HOCUS + POCUS = PRESTO
This is a remarkable mathematical problem where each digit is represented by a capital letter. The same letter represents the same number when it is repeated (e.g. P is the same value whenever it appears). There is only one solution to the problem - what is it?
Example working (contains spoiler)
1. P must be 1, because it is the digit in the 100,000 column of the answer and only 1 can possibly be carried in addition.
2. H must be 8 or 9, to make the sum carry to the 100,000 column. If H=8, there would have to be 1 carried over into the 10,000 column (which would mean O>4). If H=9, it must mean that there is nothing carried over into the 10,000 column (which would mean O<5).
3. R must therefore 0, because P+H(+possibly 1 carried over)=R, which can only be 0 or 1 with 1 carried over. R cannot be 1 because P is already 1.
4. O must be an even number, because the unit column cannot have anything carried over from a lesser column, and S+S=O.
5. We shall then test the four hypotheses of O's value:
HYPOTHESIS 1: O=2. S must be 6 because S+S=O (S cannot be 1 because we have already establised that P is 1). C must be 3 or 8 (because C+C(+possibly 1 carried over)=S=6. E must be 4 or 5 (because O=2 and 2+2(+possibly 1 carried over)=E). H must be 9 (see point 2).
HYPOTHESIS 2: O=4. S must be 7 because S+S=O (S cannot be 2 because we have already establised that P is 1 and S=2 would make C=1). C must be 3 (because C+C+1 carried over=S=7. E must be 8 (because O+O(+possibly 1 carried over)=E). H must be 9 (see point 2).
HYPOTHESIS 3: O=6. S would have to be 8, because S+S=O (S could not be 3, because C+C+1 carried over=S=3 which would make C=1, but we have already establised that P is 1). If O=6, O+O=12, i.e. E=2 with 1 carried over into the 10,000 column. This means H=8 (see point 2 above), which renders this a false hypothesis, since S would have to be 8 in this hypothesis.
HYPOTHESIS 4: O=8. S would have to be 4 or 9, because S+S=O; but really it could only be 9 because C would have to be 4 (because C+C+1 carried over=S). This means H=8 (see point 2 above), which renders this a false hypothesis, since O would have to be 8 in this hypothesis.

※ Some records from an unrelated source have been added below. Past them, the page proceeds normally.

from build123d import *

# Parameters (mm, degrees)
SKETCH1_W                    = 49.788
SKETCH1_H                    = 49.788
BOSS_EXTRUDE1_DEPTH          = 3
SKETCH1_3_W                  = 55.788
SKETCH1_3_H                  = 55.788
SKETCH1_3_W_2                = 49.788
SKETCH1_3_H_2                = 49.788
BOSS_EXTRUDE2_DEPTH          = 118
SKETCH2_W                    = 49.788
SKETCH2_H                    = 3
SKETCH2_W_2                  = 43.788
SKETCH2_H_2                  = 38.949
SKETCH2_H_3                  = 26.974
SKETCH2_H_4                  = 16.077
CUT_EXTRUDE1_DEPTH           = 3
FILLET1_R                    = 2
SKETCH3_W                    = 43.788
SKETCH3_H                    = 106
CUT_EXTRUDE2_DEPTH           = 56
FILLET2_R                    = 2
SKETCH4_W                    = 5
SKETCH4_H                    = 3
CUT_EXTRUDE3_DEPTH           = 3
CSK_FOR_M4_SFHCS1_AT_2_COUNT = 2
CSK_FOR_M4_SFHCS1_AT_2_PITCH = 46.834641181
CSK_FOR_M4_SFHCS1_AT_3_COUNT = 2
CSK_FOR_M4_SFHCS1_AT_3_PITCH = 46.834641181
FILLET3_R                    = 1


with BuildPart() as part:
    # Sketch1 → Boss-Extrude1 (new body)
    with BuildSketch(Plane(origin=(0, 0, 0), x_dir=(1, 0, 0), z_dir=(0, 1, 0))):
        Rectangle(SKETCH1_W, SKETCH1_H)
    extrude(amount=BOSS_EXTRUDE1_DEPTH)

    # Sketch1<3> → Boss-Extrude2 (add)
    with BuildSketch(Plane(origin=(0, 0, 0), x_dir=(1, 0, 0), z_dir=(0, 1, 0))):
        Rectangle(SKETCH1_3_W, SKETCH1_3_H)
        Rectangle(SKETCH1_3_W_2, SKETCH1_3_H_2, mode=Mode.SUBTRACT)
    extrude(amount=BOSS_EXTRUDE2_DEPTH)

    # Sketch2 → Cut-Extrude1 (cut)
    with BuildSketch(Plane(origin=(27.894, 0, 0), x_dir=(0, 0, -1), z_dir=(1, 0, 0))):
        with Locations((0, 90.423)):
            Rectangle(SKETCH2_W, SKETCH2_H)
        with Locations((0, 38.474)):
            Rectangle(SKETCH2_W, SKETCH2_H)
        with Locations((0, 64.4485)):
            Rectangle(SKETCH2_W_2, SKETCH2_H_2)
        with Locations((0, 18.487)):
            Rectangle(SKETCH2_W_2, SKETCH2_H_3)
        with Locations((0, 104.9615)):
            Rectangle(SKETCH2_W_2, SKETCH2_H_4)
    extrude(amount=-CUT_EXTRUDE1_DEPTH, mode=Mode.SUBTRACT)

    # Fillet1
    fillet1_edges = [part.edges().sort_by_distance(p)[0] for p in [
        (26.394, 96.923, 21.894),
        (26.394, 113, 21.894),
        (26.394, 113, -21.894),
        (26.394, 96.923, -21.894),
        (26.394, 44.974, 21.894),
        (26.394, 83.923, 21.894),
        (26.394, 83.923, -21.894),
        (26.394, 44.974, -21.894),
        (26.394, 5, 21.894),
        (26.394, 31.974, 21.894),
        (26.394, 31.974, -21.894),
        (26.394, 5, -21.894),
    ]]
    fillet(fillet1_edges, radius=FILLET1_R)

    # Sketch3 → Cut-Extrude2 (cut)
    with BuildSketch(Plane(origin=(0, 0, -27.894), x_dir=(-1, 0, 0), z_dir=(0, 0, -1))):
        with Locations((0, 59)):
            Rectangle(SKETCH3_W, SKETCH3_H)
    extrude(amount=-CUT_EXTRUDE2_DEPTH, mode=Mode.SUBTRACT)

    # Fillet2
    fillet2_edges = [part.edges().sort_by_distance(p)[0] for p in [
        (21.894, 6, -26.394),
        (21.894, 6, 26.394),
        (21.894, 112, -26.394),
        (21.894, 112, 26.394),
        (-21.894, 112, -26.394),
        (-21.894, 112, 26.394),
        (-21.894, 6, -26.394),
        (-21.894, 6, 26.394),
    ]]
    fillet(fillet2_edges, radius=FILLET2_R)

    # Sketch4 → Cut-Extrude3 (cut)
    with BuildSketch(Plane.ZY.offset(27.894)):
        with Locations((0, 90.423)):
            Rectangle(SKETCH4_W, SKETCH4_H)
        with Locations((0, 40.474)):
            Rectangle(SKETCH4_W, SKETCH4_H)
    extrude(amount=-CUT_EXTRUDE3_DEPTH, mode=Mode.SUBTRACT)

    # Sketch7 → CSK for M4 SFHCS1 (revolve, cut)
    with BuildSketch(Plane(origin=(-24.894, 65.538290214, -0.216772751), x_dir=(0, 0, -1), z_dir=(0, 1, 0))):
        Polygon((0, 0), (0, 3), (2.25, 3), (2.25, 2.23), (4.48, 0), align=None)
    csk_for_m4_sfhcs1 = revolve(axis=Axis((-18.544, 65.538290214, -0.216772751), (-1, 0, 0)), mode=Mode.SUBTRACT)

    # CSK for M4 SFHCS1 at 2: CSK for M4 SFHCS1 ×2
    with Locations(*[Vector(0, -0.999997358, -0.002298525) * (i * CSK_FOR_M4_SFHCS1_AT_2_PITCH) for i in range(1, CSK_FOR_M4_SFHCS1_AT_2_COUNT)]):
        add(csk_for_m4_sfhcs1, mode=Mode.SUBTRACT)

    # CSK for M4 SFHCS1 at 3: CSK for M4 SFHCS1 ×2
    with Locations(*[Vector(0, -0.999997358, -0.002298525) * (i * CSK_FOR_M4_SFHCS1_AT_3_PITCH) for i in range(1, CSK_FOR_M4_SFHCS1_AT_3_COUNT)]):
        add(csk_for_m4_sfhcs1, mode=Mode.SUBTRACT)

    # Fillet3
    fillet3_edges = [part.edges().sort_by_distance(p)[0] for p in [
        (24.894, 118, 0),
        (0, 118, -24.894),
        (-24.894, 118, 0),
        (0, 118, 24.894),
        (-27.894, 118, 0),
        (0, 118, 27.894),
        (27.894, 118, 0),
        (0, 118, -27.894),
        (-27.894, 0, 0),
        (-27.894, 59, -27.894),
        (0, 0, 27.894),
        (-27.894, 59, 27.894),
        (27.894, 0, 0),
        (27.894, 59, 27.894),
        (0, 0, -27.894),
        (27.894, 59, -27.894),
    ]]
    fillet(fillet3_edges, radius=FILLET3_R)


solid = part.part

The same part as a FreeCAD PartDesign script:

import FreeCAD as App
import Part
import Sketcher
Q = App.Units.Quantity


def edges_at(feature, points):
    """Names of the edges that pass closest to the given points."""
    edges = feature.Shape.Edges
    near = lambda p: min(range(len(edges)), key=lambda i: edges[i].distToShape(Part.Vertex(*p))[0])
    return sorted({f"Edge{near(p) + 1}" for p in points})

doc = App.newDocument("Part")
body = doc.addObject("PartDesign::Body", "Body")

sketch1 = body.newObject("Sketcher::SketchObject", "Sketch")
sketch1.AttachmentSupport = (doc.getObject("XZ_Plane"), [""])
sketch1.MapMode = "FlatFace"
sketch1.addGeometry(Part.LineSegment(App.Vector(-24.894, -24.894, 0), App.Vector(-24.894, 24.894, 0)), False)
sketch1.addGeometry(Part.LineSegment(App.Vector(-24.894, 24.894, 0), App.Vector(24.894, 24.894, 0)), False)
sketch1.addGeometry(Part.LineSegment(App.Vector(24.894, 24.894, 0), App.Vector(24.894, -24.894, 0)), False)
sketch1.addGeometry(Part.LineSegment(App.Vector(24.894, -24.894, 0), App.Vector(-24.894, -24.894, 0)), False)
sketch1.addConstraint(Sketcher.Constraint("Coincident", 0, 2, 1, 1))
sketch1.addConstraint(Sketcher.Constraint("Coincident", 1, 2, 2, 1))
sketch1.addConstraint(Sketcher.Constraint("Coincident", 2, 2, 3, 1))
sketch1.addConstraint(Sketcher.Constraint("Coincident", 3, 2, 0, 1))
sketch1.addConstraint(Sketcher.Constraint("Vertical", 0))
sketch1.addConstraint(Sketcher.Constraint("Horizontal", 1))
sketch1.addConstraint(Sketcher.Constraint("Vertical", 2))
sketch1.addConstraint(Sketcher.Constraint("Horizontal", 3))
sketch1.addConstraint(Sketcher.Constraint("Symmetric", 0, 2, 2, 2, -1, 1))
sketch1.addConstraint(Sketcher.Constraint("Equal", 3, 0))
sketch1.addConstraint(Sketcher.Constraint("DistanceX", 1, 1, 1, 2, 49.788))
pad1 = body.newObject("PartDesign::Pad", "Pad")
pad1.Profile = sketch1
pad1.Length = 3
pad1.Reversed = True
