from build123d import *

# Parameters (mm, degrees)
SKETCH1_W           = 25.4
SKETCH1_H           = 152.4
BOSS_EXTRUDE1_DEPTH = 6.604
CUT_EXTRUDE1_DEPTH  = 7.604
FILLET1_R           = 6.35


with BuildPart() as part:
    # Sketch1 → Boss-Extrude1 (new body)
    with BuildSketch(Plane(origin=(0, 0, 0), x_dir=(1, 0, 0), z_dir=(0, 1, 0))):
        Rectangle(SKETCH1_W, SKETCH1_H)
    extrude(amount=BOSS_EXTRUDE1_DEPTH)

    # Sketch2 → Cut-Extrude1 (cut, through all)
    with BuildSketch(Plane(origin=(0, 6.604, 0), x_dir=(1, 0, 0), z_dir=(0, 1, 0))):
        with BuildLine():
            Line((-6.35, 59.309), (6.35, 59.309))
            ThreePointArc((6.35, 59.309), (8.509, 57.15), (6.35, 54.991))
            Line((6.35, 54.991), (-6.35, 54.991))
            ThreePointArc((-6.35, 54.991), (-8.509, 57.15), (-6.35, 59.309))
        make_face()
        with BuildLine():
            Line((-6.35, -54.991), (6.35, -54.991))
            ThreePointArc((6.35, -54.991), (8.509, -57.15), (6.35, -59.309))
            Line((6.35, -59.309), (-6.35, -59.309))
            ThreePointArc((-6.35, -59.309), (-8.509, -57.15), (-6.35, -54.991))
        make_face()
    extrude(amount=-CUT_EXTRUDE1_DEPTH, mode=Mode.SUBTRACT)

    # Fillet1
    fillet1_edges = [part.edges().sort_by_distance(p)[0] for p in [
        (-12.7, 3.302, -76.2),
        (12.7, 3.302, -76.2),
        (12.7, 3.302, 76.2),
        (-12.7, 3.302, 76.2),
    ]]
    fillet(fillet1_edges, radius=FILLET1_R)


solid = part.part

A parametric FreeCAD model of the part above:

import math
import FreeCAD as App
import Part
import Sketcher
from FreeCAD import Vector
Q = App.Units.Quantity


def edges_at(feature, points):
    """Names of the edges that pass closest to the given points."""
    edges = feature.Shape.Edges
    near = lambda p: min(range(len(edges)), key=lambda i: edges[i].distToShape(Part.Vertex(*p))[0])
    return sorted({f"Edge{near(p) + 1}" for p in points})

doc = App.newDocument("Part")
body = doc.addObject("PartDesign::Body", "Body")

sketch1 = body.newObject("Sketcher::SketchObject", "Sketch")
sketch1.AttachmentSupport = (doc.getObject("XZ_Plane"), [""])
sketch1.MapMode = "FlatFace"
sketch1.addGeometry(Part.LineSegment(Vector(-12.7, -76.2, 0), Vector(-12.7, 76.2, 0)), False)
sketch1.addGeometry(Part.LineSegment(Vector(-12.7, 76.2, 0), Vector(12.7, 76.2, 0)), False)
sketch1.addGeometry(Part.LineSegment(Vector(12.7, 76.2, 0), Vector(12.7, -76.2, 0)), False)
sketch1.addGeometry(Part.LineSegment(Vector(12.7, -76.2, 0), Vector(-12.7, -76.2, 0)), False)
sketch1.addConstraint(Sketcher.Constraint("Coincident", 0, 2, 1, 1))
sketch1.addConstraint(Sketcher.Constraint("Coincident", 1, 2, 2, 1))
sketch1.addConstraint(Sketcher.Constraint("Coincident", 2, 2, 3, 1))
sketch1.addConstraint(Sketcher.Constraint("Coincident", 3, 2, 0, 1))
sketch1.addConstraint(Sketcher.Constraint("Vertical", 0))
sketch1.addConstraint(Sketcher.Constraint("Horizontal", 1))
sketch1.addConstraint(Sketcher.Constraint("Vertical", 2))
sketch1.addConstraint(Sketcher.Constraint("Horizontal", 3))
sketch1.addConstraint(Sketcher.Constraint("Symmetric", 0, 2, 2, 2, -1, 1))
sketch1.addConstraint(Sketcher.Constraint("DistanceX", 1, 1, 1, 2, Q("1 in")))
sketch1.addConstraint(Sketcher.Constraint("DistanceY", 0, 1, 0, 2, Q("6 in")))
pad1 = body.newObject("PartDesign::Pad", "Pad")
pad1.Profile = sketch1
pad1.Length = Q("0.26 in")
pad1.Reversed = True

sketch2 = body.newObject("Sketcher::SketchObject", "Sketch001")
sketch2.AttachmentSupport = (doc.getObject("XZ_Plane"), [""])
sketch2.MapMode = "FlatFace"
sketch2.AttachmentOffset = App.Placement(Vector(0, 0, -0.26 * 25.4), App.Rotation())
sketch2.addGeometry(Part.LineSegment(Vector(6.35, -59.309, 0), Vector(-6.35, -59.309, 0)), False)
sketch2.addGeometry(Part.ArcOfCircle(Part.Circle(Vector(-6.35, -57.15, 0), Vector(0, 0, 1), 2.159), math.radians(90), math.radians(270)), False)
sketch2.addGeometry(Part.LineSegment(Vector(-6.35, -54.991, 0), Vector(6.35, -54.991, 0)), False)
sketch2.addGeometry(Part.ArcOfCircle(Part.Circle(Vector(6.35, -57.15, 0), Vector(0, 0, 1), 2.159), math.radians(-90), math.radians(90)), False)
sketch2.addGeometry(Part.LineSegment(Vector(6.35, 54.991, 0), Vector(-6.35, 54.991, 0)), False)
sketch2.addGeometry(Part.ArcOfCircle(Part.Circle(Vector(-6.35, 57.15, 0), Vector(0, 0, 1), 2.159), math.radians(90), math.radians(270)), False)
sketch2.addGeometry(Part.LineSegment(Vector(-6.35, 59.309, 0), Vector(6.35, 59.309, 0)), False)
sketch2.addGeometry(Part.ArcOfCircle(Part.Circle(Vector(6.35, 57.15, 0), Vector(0, 0, 1), 2.159), math.radians(-90), math.radians(90)), False)
sketch2.addConstraint(Sketcher.Constraint("Tangent", 0, 2, 1, 2))
sketch2.addConstraint(Sketcher.Constraint("Tangent", 1, 1, 2, 1))
sketch2.addConstraint(Sketcher.Constraint("Tangent", 2, 2, 3, 2))
sketch2.addConstraint(Sketcher.Constraint("Tangent", 3, 1, 0, 1))
sketch2.addConstraint(Sketcher.Constraint("Tangent", 4, 2, 5, 2))
sketch2.addConstraint(Sketcher.Constraint("Tangent", 5, 1, 6, 1))
sketch2.addConstraint(Sketcher.Constraint("Tangent", 6, 2, 7, 2))
sketch2.addConstraint(Sketcher.Constraint("Tangent", 7, 1, 4, 1))
sketch2.addConstraint(Sketcher.Constraint("Horizontal", 0))
sketch2.addConstraint(Sketcher.Constraint("Horizontal", 2))
sketch2.addConstraint(Sketcher.Constraint("Horizontal", 4))
sketch2.addConstraint(Sketcher.Constraint("Horizontal", 6))
sketch2.addConstraint(Sketcher.Constraint("Equal", 3, 5))
sketch2.addConstraint(Sketcher.Constraint("Symmetric", 3, 3, 5, 3, -1, 1))
sketch2.addConstraint(Sketcher.Constraint("Vertical", 1, 3, 5, 3))
sketch2.addConstraint(Sketcher.Constraint("Vertical", 3, 3, 7, 3))
sketch2.addConstraint(Sketcher.Constraint("DistanceX", 0, 2, 0, 1, Q("0.5 in")))
sketch2.addConstraint(Sketcher.Constraint("Radius", 1, Q("0.085 in")))
sketch2.addConstraint(Sketcher.Constraint("DistanceY", 1, 3, 5, 3, Q("4.5 in")))
pocket1 = body.newObject("PartDesign::Pocket", "Pocket")
pocket1.Profile = sketch2
pocket1.Type = "ThroughAll"
pocket1.Reversed = True
doc.recompute()

fillet = body.newObject("PartDesign::Fillet", "Fillet")
fillet.Base = (pocket1, edges_at(pocket1, [
    (-12.7, 3.302, -76.2),
    (12.7, 3.302, -76.2),
    (12.7, 3.302, 76.2),
    (-12.7, 3.302, 76.2),
]))
fillet.Radius = Q("0.25 in")

doc.recompute()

6. By eliminating hypotheses 3 and 4 above, we can state that H=9 and narrow down O to either 2 or 4, which means S is either 6 or 7 (S cannot be 1 because P is already 1; S cannot be 2 because that would make C=1, and P is already 1).
7. Since S+S>10, this means 1 must be carried from the units to the 10 column, and therefore T must be an odd number, since U+U+1=T. T cannot be 1 (because P=1), 3 (because that would mean that U would be 1, and P=1) or 9 (because H=9). T is therefore 5 or 7 - and U is 2 or 3, because U+U+1=T.
8. If S=7, O would be 4 (because S+S=O, with 1 carried to the 10s column) and C would be 3 (because C+C=S, and 1 would have to be carried from then 10s column). If S=7, T would have to be 5 (see point 7), which would make U=2 (because U+U+1=T). This hypothesis must be false because U+U+1=T<10 which means nothing is carried over into the 100s column, which is essential to make C+C=S=7.
9. The only remaining value for S is 6 (see point 6). This would make O=2 (because S+S=O, with 1 carried to the 10s column). Since O=2, U can only be 3 (see point 7), which means T=7.
10. If S=6 and U=3, C can only 8 (because C+C=S=6, with 1 carried over into the 1000s column). This must mean that E=5 (because we know O=2 and 1 is definitely carried over; O+O+1=E=5), which means all the letters have been assigned numbers and that the puzzle is solved.
Solution (contains spoiler)
HOCUS + POCUS = PRESTO
92836 + 12836 = 105672